Die Kaspersky-Analyse der Bedrohungsquellen für biometrische Datenverarbeitungs- und -speichersysteme ergab, dass

•    14,4 Prozent der Bedrohungen aus dem Internet kamen, dazu gehören
bösartige sowie Phishing-Webseiten und web-basierte E-Mail-Dienste;
•    Wechselmedien (8 Prozent) am häufigsten dazu verwendet werden, um
Würmer zu verbreiten, die üblicherweise Spyware, RATs oder Ransomware
nachladen;
•    6,1 Prozent der Bedrohungen aus E-Mail-Clients stammen. In den
meisten Fällen handelte es sich hierbei um typische Phishing-Mails, die
Links zu bösartigen Webseiten oder schädliche Anhänge enthielten;
•    in 1,6 Prozent der Fälle Netzwerk-Ordner die Bedrohungsquellen waren.
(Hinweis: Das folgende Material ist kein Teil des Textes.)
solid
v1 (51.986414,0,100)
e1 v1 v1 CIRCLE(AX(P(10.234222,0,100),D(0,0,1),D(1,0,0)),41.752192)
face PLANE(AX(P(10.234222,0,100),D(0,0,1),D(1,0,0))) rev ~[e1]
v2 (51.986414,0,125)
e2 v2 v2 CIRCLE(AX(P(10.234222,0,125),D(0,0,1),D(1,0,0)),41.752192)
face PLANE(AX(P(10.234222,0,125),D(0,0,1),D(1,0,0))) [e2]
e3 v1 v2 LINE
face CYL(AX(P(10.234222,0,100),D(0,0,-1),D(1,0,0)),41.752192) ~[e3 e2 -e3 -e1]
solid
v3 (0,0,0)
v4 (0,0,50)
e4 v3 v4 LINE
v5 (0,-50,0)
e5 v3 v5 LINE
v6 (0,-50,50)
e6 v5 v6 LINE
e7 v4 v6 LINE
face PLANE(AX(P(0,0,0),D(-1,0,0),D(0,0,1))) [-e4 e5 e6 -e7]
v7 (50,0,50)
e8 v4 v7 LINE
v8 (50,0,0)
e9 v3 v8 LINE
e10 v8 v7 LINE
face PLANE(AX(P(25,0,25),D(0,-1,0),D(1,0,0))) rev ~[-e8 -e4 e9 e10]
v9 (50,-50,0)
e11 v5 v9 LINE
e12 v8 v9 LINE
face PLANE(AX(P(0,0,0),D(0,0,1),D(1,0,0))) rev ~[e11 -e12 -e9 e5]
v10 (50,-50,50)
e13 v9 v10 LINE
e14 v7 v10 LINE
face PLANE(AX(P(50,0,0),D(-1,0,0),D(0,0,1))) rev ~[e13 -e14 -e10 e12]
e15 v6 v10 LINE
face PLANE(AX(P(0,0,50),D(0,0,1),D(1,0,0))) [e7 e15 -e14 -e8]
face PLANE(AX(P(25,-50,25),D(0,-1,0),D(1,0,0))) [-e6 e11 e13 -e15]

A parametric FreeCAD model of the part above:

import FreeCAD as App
import Part
import Sketcher
from FreeCAD import Vector

doc = App.newDocument("Part")
body = doc.addObject("PartDesign::Body", "Body")

# Sketch on XZ plane
sketch1 = body.newObject("Sketcher::SketchObject", "Sketch")
sketch1.AttachmentSupport = (doc.getObject("XZ_Plane"), [""])
sketch1.MapMode = "FlatFace"
sketch1.addGeometry([
    Part.LineSegment(Vector(0, 50, 0), Vector(0, 0, 0)),
    Part.LineSegment(Vector(0, 0, 0), Vector(50, 0, 0)),
    Part.LineSegment(Vector(50, 0, 0), Vector(50, 50, 0)),
    Part.LineSegment(Vector(50, 50, 0), Vector(0, 50, 0)),
], False)
sketch1.addConstraint([
    Sketcher.Constraint("Coincident", 0, 2, 1, 1),
    Sketcher.Constraint("Coincident", 1, 2, 2, 1),
    Sketcher.Constraint("Coincident", 2, 2, 3, 1),
    Sketcher.Constraint("Coincident", 3, 2, 0, 1),
    Sketcher.Constraint("Vertical", 0),
    Sketcher.Constraint("Horizontal", 1),
    Sketcher.Constraint("Vertical", 2),
    Sketcher.Constraint("Horizontal", 3),
    Sketcher.Constraint("Coincident", 0, 2, -1, 1),
    Sketcher.Constraint("Equal", 3, 0),
    Sketcher.Constraint("DistanceX", 1, 1, 1, 2, 50.0),
])
pad1 = body.newObject("PartDesign::Pad", "Pad")
pad1.Profile = sketch1
pad1.Length = 50
body2 = doc.addObject("PartDesign::Body", "Body001")

# Sketch on XY plane
sketch2 = body2.newObject("Sketcher::SketchObject", "Sketch001")
sketch2.AttachmentSupport = (doc.getObject("XY_Plane001"), [""])
sketch2.MapMode = "FlatFace"
sketch2.AttachmentOffset = App.Placement(Vector(0, 0, 100), App.Rotation())
sketch2.addGeometry(Part.Circle(Vector(10, 0, 0), Vector(0, 0, 1), 42), False)
sketch2.addConstraint([
    Sketcher.Constraint("PointOnObject", 0, 3, -1),
    Sketcher.Constraint("Diameter", 0, 83.504384),
    Sketcher.Constraint("DistanceX", -1, 1, 0, 3, 10.234222),
])
pad2 = body2.newObject("PartDesign::Pad", "Pad001")
pad2.Profile = sketch2
pad2.Length = 25

doc.recompute()
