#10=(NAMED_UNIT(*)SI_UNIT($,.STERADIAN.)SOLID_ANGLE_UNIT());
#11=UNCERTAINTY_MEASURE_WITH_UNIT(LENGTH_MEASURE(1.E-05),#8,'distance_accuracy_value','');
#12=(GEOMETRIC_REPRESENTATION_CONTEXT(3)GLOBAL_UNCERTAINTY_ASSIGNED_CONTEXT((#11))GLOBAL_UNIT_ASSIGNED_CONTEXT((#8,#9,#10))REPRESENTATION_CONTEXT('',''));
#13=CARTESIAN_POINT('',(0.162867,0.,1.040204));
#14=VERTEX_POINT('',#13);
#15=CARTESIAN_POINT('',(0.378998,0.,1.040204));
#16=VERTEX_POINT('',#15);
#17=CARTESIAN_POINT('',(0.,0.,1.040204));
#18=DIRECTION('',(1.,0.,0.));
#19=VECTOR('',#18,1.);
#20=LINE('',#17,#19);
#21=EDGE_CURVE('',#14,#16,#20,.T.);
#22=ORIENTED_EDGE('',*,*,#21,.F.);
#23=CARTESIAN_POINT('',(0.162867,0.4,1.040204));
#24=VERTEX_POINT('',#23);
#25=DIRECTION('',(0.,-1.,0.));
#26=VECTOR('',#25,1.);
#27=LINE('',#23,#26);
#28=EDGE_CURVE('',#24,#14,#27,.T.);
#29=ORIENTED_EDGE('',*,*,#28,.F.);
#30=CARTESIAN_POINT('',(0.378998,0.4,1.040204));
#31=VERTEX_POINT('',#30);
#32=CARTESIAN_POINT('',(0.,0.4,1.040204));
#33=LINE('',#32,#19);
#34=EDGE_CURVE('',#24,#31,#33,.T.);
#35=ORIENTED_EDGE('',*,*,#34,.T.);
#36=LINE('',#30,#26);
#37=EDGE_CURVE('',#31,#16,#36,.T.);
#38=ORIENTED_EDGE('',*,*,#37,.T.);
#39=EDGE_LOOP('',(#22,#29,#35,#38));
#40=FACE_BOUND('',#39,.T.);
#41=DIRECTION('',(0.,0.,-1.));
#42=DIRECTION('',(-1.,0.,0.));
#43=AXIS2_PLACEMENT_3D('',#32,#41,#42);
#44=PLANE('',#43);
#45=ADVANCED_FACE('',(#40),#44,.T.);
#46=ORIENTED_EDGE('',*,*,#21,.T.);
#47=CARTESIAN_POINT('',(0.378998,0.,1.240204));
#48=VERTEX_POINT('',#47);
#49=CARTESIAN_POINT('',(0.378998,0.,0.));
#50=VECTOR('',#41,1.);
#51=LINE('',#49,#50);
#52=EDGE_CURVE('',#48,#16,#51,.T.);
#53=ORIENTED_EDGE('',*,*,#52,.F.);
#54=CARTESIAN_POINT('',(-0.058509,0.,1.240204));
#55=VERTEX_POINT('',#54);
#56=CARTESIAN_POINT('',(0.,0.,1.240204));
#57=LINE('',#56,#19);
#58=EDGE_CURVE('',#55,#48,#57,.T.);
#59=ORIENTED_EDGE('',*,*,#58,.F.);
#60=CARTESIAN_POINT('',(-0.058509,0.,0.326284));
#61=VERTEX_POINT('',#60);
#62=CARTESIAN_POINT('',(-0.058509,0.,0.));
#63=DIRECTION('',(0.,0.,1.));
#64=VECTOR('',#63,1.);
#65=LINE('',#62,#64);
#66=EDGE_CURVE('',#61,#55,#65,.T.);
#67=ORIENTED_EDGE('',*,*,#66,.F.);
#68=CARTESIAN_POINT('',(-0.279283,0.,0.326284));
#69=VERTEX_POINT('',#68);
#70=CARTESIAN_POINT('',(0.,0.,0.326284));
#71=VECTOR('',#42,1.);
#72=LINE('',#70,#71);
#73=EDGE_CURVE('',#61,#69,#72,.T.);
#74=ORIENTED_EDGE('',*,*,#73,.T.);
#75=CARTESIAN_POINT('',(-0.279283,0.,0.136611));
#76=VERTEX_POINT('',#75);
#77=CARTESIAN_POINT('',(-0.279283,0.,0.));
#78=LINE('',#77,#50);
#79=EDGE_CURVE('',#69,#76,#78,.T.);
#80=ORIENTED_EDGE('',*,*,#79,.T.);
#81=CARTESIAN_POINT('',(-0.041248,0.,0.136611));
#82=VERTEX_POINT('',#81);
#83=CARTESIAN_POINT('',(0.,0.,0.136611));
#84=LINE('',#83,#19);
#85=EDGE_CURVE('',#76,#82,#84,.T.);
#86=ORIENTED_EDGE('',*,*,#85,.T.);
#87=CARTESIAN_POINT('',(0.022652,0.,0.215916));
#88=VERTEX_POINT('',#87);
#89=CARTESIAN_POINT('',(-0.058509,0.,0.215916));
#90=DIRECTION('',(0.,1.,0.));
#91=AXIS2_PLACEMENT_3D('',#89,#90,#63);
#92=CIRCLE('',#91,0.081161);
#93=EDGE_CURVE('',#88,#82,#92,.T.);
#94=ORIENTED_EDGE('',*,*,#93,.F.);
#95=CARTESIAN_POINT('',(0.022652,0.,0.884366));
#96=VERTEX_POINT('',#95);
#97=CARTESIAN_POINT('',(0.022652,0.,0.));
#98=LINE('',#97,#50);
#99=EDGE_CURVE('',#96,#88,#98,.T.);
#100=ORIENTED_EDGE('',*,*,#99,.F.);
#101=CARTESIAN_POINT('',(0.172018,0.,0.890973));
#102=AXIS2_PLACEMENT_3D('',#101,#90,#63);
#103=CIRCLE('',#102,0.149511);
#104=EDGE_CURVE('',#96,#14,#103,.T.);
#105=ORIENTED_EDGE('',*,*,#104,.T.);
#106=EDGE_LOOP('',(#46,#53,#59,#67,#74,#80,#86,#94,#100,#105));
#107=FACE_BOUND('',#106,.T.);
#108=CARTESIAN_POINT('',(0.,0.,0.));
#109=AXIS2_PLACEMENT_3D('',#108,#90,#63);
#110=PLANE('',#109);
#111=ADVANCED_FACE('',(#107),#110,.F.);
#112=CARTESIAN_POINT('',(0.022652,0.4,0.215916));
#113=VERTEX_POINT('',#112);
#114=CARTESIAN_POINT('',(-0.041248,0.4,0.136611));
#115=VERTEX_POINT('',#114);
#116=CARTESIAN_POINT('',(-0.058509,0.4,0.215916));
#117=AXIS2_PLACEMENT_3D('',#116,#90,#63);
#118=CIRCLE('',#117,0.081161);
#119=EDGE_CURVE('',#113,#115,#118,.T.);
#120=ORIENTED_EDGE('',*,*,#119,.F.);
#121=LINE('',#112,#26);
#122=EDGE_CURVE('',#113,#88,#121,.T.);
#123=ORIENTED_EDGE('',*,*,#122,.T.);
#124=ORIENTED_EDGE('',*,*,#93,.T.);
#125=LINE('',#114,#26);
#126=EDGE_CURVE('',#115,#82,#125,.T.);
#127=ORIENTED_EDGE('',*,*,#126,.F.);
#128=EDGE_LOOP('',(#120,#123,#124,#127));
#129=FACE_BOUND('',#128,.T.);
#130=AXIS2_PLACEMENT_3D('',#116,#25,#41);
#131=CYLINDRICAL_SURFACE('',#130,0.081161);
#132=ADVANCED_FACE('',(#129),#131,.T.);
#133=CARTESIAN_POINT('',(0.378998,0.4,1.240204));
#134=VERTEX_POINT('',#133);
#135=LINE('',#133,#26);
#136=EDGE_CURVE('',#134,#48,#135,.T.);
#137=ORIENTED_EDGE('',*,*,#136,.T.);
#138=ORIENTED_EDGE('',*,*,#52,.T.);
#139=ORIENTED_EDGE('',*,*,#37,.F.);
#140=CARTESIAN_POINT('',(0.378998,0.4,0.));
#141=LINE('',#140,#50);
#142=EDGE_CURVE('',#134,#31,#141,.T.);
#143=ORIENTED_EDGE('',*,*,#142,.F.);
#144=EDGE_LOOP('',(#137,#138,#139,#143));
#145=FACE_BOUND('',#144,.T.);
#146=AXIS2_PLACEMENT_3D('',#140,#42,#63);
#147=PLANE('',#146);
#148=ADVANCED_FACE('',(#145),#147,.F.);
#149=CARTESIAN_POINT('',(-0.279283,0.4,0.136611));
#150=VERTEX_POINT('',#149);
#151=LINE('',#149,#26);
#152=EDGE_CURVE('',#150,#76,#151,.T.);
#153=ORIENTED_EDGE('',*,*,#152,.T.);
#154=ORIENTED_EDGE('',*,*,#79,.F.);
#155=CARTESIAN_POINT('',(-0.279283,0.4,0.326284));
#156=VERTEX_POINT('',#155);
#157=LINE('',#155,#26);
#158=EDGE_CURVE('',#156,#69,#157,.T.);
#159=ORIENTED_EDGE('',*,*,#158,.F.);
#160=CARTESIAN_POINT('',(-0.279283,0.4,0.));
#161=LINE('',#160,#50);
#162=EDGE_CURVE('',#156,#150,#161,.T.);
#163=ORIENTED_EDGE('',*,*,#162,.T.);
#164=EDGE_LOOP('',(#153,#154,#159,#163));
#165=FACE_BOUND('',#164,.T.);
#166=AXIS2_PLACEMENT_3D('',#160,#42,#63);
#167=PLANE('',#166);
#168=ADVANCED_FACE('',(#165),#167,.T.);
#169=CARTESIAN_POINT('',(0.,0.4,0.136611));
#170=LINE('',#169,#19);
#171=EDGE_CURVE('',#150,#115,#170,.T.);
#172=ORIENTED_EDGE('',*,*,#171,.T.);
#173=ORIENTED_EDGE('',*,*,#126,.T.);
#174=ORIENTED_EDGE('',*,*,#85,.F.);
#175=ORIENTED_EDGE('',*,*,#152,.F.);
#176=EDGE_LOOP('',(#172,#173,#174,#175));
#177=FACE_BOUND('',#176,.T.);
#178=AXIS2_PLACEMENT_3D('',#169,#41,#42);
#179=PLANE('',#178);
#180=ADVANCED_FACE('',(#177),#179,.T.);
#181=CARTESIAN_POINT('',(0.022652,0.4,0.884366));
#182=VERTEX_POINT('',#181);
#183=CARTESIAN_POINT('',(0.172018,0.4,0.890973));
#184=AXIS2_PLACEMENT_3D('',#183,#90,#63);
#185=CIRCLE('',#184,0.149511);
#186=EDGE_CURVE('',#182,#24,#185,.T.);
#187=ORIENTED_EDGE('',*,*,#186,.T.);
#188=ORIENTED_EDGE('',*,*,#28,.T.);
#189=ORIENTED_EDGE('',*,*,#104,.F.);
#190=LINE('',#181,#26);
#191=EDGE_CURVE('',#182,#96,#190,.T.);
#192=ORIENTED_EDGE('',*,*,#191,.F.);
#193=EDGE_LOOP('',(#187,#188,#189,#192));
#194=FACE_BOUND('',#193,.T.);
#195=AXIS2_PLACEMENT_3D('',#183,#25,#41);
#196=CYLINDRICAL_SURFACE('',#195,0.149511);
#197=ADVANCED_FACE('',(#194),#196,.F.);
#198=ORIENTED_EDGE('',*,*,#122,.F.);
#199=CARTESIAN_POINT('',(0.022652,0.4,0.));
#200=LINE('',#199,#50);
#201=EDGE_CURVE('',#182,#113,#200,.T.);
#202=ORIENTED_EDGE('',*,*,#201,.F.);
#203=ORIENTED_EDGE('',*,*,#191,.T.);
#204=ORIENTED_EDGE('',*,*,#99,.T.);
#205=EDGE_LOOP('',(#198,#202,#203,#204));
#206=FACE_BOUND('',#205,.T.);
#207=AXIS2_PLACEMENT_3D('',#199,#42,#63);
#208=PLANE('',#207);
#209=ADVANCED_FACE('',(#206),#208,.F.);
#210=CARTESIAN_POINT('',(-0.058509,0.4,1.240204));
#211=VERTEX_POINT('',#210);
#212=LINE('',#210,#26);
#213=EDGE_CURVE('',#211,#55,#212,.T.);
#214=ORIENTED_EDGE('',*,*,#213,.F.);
Kaspersky-Empfehlungen zum Schutz vor Cyberkriminalität

  1. Das Risiko einer Exposition biometrischer Systeme gegenüber dem
    Internet und internetbezogenen Bedrohungen kann minimiert werden, indem
    sie Teil einer Air-Gap-Infrastruktur sind. Cybersicherheit sollte zudem
    bei der Konzeption und Implementierung neuer Systeme oberste Priorität
    haben.
  2. Für die Infrastruktur, die biometrische Systeme enthält, sollten
    dieselben Cybersicherheitsanforderungen gelten, wie für andere Systeme
    auch; dazu gehören:

    1. eine Schulung des Personals zur Abwehr möglicher Cyberkriminalität,
    2. umfassende Cybersicherheitskontrollen,
    3. ein hochqualifiziertes Team, das die Sicherheit der Infrastruktur
      überwacht,
    4. regelmäßige Sicherheitsüberprüfungen, um mögliche Sicherheitslücken
      zu identifizieren und zu beseitigen,
    5. stets aktuelle Bedrohungsinformationen, mit denen das
      Cybersicherheitsteam arbeiten kann.